(Dataset entries)
■ ■ ■ ■ ■ ■ ■
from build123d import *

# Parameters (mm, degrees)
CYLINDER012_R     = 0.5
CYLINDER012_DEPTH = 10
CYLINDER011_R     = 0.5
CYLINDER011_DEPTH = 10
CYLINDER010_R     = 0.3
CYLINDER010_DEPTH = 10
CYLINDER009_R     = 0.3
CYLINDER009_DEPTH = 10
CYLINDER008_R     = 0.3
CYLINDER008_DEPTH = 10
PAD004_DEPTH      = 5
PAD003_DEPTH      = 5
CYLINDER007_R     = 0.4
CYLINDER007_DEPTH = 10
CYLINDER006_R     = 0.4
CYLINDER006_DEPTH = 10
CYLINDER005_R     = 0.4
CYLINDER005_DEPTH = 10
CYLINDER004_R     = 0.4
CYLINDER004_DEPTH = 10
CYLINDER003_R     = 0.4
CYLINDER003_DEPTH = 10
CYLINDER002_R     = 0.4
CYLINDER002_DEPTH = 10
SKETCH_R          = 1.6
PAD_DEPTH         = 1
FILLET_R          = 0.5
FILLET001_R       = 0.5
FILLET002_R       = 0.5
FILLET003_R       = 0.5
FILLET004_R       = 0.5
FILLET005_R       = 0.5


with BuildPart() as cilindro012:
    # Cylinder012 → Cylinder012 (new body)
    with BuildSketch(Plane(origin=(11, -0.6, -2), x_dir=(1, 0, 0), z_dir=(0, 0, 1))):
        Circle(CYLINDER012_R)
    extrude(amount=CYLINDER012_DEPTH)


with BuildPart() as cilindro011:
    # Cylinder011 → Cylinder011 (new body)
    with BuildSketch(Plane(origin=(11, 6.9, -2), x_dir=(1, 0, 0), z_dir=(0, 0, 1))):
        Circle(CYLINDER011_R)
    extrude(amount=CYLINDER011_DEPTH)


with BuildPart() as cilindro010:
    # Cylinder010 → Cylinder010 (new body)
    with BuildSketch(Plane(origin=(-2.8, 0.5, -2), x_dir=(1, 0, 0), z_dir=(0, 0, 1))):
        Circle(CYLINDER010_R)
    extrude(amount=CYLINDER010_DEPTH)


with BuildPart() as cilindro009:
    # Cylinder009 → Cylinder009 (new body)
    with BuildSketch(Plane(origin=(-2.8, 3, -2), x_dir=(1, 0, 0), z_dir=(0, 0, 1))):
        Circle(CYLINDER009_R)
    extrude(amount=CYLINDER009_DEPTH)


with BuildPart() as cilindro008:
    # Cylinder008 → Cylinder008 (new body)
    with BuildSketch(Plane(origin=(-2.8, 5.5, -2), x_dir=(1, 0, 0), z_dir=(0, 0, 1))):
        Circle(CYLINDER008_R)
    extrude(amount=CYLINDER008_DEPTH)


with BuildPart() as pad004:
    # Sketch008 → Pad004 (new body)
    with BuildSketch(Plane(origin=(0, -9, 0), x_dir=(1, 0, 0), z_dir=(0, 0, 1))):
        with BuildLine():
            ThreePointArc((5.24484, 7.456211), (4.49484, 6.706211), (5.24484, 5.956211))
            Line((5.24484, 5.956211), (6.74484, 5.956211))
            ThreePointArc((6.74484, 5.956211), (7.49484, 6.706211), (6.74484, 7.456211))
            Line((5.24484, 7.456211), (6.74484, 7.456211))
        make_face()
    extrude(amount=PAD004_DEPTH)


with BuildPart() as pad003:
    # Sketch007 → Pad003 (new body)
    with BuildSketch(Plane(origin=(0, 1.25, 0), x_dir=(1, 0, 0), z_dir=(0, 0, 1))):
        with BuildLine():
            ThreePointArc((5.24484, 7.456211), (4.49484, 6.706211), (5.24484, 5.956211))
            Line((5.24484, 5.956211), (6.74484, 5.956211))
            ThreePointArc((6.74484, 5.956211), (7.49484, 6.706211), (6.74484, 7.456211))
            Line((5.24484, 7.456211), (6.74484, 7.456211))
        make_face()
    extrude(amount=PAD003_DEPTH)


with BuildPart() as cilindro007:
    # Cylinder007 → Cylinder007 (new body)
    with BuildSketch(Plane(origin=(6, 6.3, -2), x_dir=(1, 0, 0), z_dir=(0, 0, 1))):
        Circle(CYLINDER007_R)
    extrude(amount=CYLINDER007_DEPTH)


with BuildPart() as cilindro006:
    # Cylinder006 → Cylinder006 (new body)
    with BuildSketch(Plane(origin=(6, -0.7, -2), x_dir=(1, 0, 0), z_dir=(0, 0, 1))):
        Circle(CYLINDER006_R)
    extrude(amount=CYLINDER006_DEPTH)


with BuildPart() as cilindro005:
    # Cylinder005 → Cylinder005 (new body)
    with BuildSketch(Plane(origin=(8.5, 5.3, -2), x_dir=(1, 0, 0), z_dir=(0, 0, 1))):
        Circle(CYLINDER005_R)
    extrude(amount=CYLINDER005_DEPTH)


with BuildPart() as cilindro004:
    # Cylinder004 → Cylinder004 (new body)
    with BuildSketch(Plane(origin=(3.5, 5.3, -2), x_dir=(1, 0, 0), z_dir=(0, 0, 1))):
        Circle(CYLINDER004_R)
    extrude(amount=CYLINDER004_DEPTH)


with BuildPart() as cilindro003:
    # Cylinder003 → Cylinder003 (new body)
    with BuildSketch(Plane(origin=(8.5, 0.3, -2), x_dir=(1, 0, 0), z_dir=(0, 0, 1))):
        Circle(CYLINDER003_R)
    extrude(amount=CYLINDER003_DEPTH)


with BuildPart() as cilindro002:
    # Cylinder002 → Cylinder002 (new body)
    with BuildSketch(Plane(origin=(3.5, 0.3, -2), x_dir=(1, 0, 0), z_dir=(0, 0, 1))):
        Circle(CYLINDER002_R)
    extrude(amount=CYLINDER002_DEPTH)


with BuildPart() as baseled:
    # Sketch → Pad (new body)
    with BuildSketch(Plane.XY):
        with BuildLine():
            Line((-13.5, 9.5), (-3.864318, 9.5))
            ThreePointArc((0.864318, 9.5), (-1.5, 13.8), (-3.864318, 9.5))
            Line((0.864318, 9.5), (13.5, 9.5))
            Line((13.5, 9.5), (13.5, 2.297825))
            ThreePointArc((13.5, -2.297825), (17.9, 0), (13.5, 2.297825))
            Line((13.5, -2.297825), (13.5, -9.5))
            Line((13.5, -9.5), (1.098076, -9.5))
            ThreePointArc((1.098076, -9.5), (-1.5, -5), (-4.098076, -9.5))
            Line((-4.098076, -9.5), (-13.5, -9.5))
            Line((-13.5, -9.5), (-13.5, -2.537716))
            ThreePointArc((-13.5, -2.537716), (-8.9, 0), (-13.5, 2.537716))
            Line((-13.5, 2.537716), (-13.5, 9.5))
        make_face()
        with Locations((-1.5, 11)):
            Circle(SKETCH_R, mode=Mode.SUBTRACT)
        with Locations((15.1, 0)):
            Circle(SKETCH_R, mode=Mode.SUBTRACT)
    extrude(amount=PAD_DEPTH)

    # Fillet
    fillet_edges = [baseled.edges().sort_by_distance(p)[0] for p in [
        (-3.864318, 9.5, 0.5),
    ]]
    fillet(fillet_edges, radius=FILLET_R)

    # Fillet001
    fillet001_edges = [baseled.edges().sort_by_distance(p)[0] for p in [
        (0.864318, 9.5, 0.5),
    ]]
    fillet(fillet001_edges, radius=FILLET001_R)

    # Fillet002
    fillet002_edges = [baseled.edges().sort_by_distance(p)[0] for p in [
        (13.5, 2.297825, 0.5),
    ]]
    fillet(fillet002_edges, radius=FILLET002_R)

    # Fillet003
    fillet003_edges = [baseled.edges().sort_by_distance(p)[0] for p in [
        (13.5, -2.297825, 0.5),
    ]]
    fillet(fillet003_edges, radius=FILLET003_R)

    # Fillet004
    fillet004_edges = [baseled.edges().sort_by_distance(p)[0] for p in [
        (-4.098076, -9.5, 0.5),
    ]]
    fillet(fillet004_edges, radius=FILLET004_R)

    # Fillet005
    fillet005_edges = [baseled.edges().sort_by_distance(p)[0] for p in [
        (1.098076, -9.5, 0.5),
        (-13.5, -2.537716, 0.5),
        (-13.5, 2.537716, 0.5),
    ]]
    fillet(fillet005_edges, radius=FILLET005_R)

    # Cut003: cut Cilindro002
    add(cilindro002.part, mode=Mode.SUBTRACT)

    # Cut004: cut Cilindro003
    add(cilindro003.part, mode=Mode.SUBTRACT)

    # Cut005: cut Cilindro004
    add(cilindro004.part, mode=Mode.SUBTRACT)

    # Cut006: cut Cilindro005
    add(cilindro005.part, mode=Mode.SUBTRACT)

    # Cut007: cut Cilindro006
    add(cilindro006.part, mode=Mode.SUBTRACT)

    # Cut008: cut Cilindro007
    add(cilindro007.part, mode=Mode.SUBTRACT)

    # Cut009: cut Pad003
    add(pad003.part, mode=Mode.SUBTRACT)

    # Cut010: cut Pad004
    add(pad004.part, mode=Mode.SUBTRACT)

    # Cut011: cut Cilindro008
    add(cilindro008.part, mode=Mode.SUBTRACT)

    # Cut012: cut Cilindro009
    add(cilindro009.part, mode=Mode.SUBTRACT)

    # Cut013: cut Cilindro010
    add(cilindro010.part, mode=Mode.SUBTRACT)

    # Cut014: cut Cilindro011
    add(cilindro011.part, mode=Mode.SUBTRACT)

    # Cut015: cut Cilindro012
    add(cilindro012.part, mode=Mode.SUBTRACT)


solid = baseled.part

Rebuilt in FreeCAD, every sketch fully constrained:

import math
import FreeCAD as App
import Part
import Sketcher


def edges_at(feature, points):
    """Names of the edges that pass closest to the given points."""
    edges = feature.Shape.Edges
    near = lambda p: min(range(len(edges)), key=lambda i: edges[i].distToShape(Part.Vertex(*p))[0])
    return sorted({f"Edge{near(p) + 1}" for p in points})

doc = App.newDocument("Part")
body = doc.addObject("PartDesign::Body", "Body")

sketch1 = body.newObject("Sketcher::SketchObject", "Sketch")
sketch1.AttachmentSupport = (doc.getObject("XY_Plane"), [""])
sketch1.MapMode = "FlatFace"
sketch1.AttachmentOffset = App.Placement(App.Vector(0, 0, -2), App.Rotation())
sketch1.addGeometry(Part.Circle(App.Vector(11, -0.6, 0), App.Vector(0, 0, 1), 0.5), False)
sketch1.addConstraint([
    Sketcher.Constraint("Diameter", 0, 1.0),
    Sketcher.Constraint("DistanceX", -1, 1, 0, 3, 11.0),
    Sketcher.Constraint("DistanceY", 0, 3, -1, 1, 0.6),
])
pad1 = body.newObject("PartDesign::Pad", "Pad")
pad1.Profile = sketch1
pad1.Length = 10
body2 = doc.addObject("PartDesign::Body", "Body001")

sketch2 = body2.newObject("Sketcher::SketchObject", "Sketch001")
sketch2.AttachmentSupport = (doc.getObject("XY_Plane001"), [""])
sketch2.MapMode = "FlatFace"
sketch2.AttachmentOffset = App.Placement(App.Vector(0, 0, -2), App.Rotation())
sketch2.addGeometry(Part.Circle(App.Vector(11, 6.9, 0), App.Vector(0, 0, 1), 0.5), False)
sketch2.addConstraint([
    Sketcher.Constraint("Diameter", 0, 1.0),
    Sketcher.Constraint("DistanceX", -1, 1, 0, 3, 11.0),
    Sketcher.Constraint("DistanceY", -1, 1, 0, 3, 6.9),
])
pad2 = body2.newObject("PartDesign::Pad", "Pad001")
pad2.Profile = sketch2
pad2.Length = 10
body3 = doc.addObject("PartDesign::Body", "Body002")

sketch3 = body3.newObject("Sketcher::SketchObject", "Sketch002")
sketch3.AttachmentSupport = (doc.getObject("XY_Plane002"), [""])
sketch3.MapMode = "FlatFace"
sketch3.AttachmentOffset = App.Placement(App.Vector(0, 0, -2), App.Rotation())
sketch3.addGeometry(Part.Circle(App.Vector(-2.8, 0.5, 0), App.Vector(0, 0, 1), 0.3), False)
sketch3.addConstraint([
    Sketcher.Constraint("Diameter", 0, 0.6),
    Sketcher.Constraint("DistanceX", 0, 3, -1, 1, 2.8),
    Sketcher.Constraint("DistanceY", -1, 1, 0, 3, 0.5),
])
pad3 = body3.newObject("PartDesign::Pad", "Pad002")
pad3.Profile = sketch3
pad3.Length = 10
body4 = doc.addObject("PartDesign::Body", "Body003")

sketch4 = body4.newObject("Sketcher::SketchObject", "Sketch003")
sketch4.AttachmentSupport = (doc.getObject("XY_Plane003"), [""])
sketch4.MapMode = "FlatFace"
sketch4.AttachmentOffset = App.Placement(App.Vector(0, 0, -2), App.Rotation())
sketch4.addGeometry(Part.Circle(App.Vector(-2.8, 3, 0), App.Vector(0, 0, 1), 0.3), False)
sketch4.addConstraint([
    Sketcher.Constraint("Diameter", 0, 0.6),
    Sketcher.Constraint("DistanceY", -1, 1, 0, 3, 3.0),
    Sketcher.Constraint("DistanceX", 0, 3, -1, 1, 2.8),
])
pad4 = body4.newObject("PartDesign::Pad", "Pad003")
pad4.Profile = sketch4
pad4.Length = 10
body5 = doc.addObject("PartDesign::Body", "Body004")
■ ■ ■ ■ ■ ■ ■
◆ **Requirement**
Find each line of the data above that holds the word "radius", then copy it.

◆ **Task solution**
    fillet(fillet_edges, radius=FILLET_R)
    fillet(fillet001_edges, radius=FILLET001_R)
    fillet(fillet002_edges, radius=FILLET002_R)
    fillet(fillet003_edges, radius=FILLET003_R)
    fillet(fillet004_edges, radius=FILLET004_R)
    fillet(fillet005_edges, radius=FILLET005_R)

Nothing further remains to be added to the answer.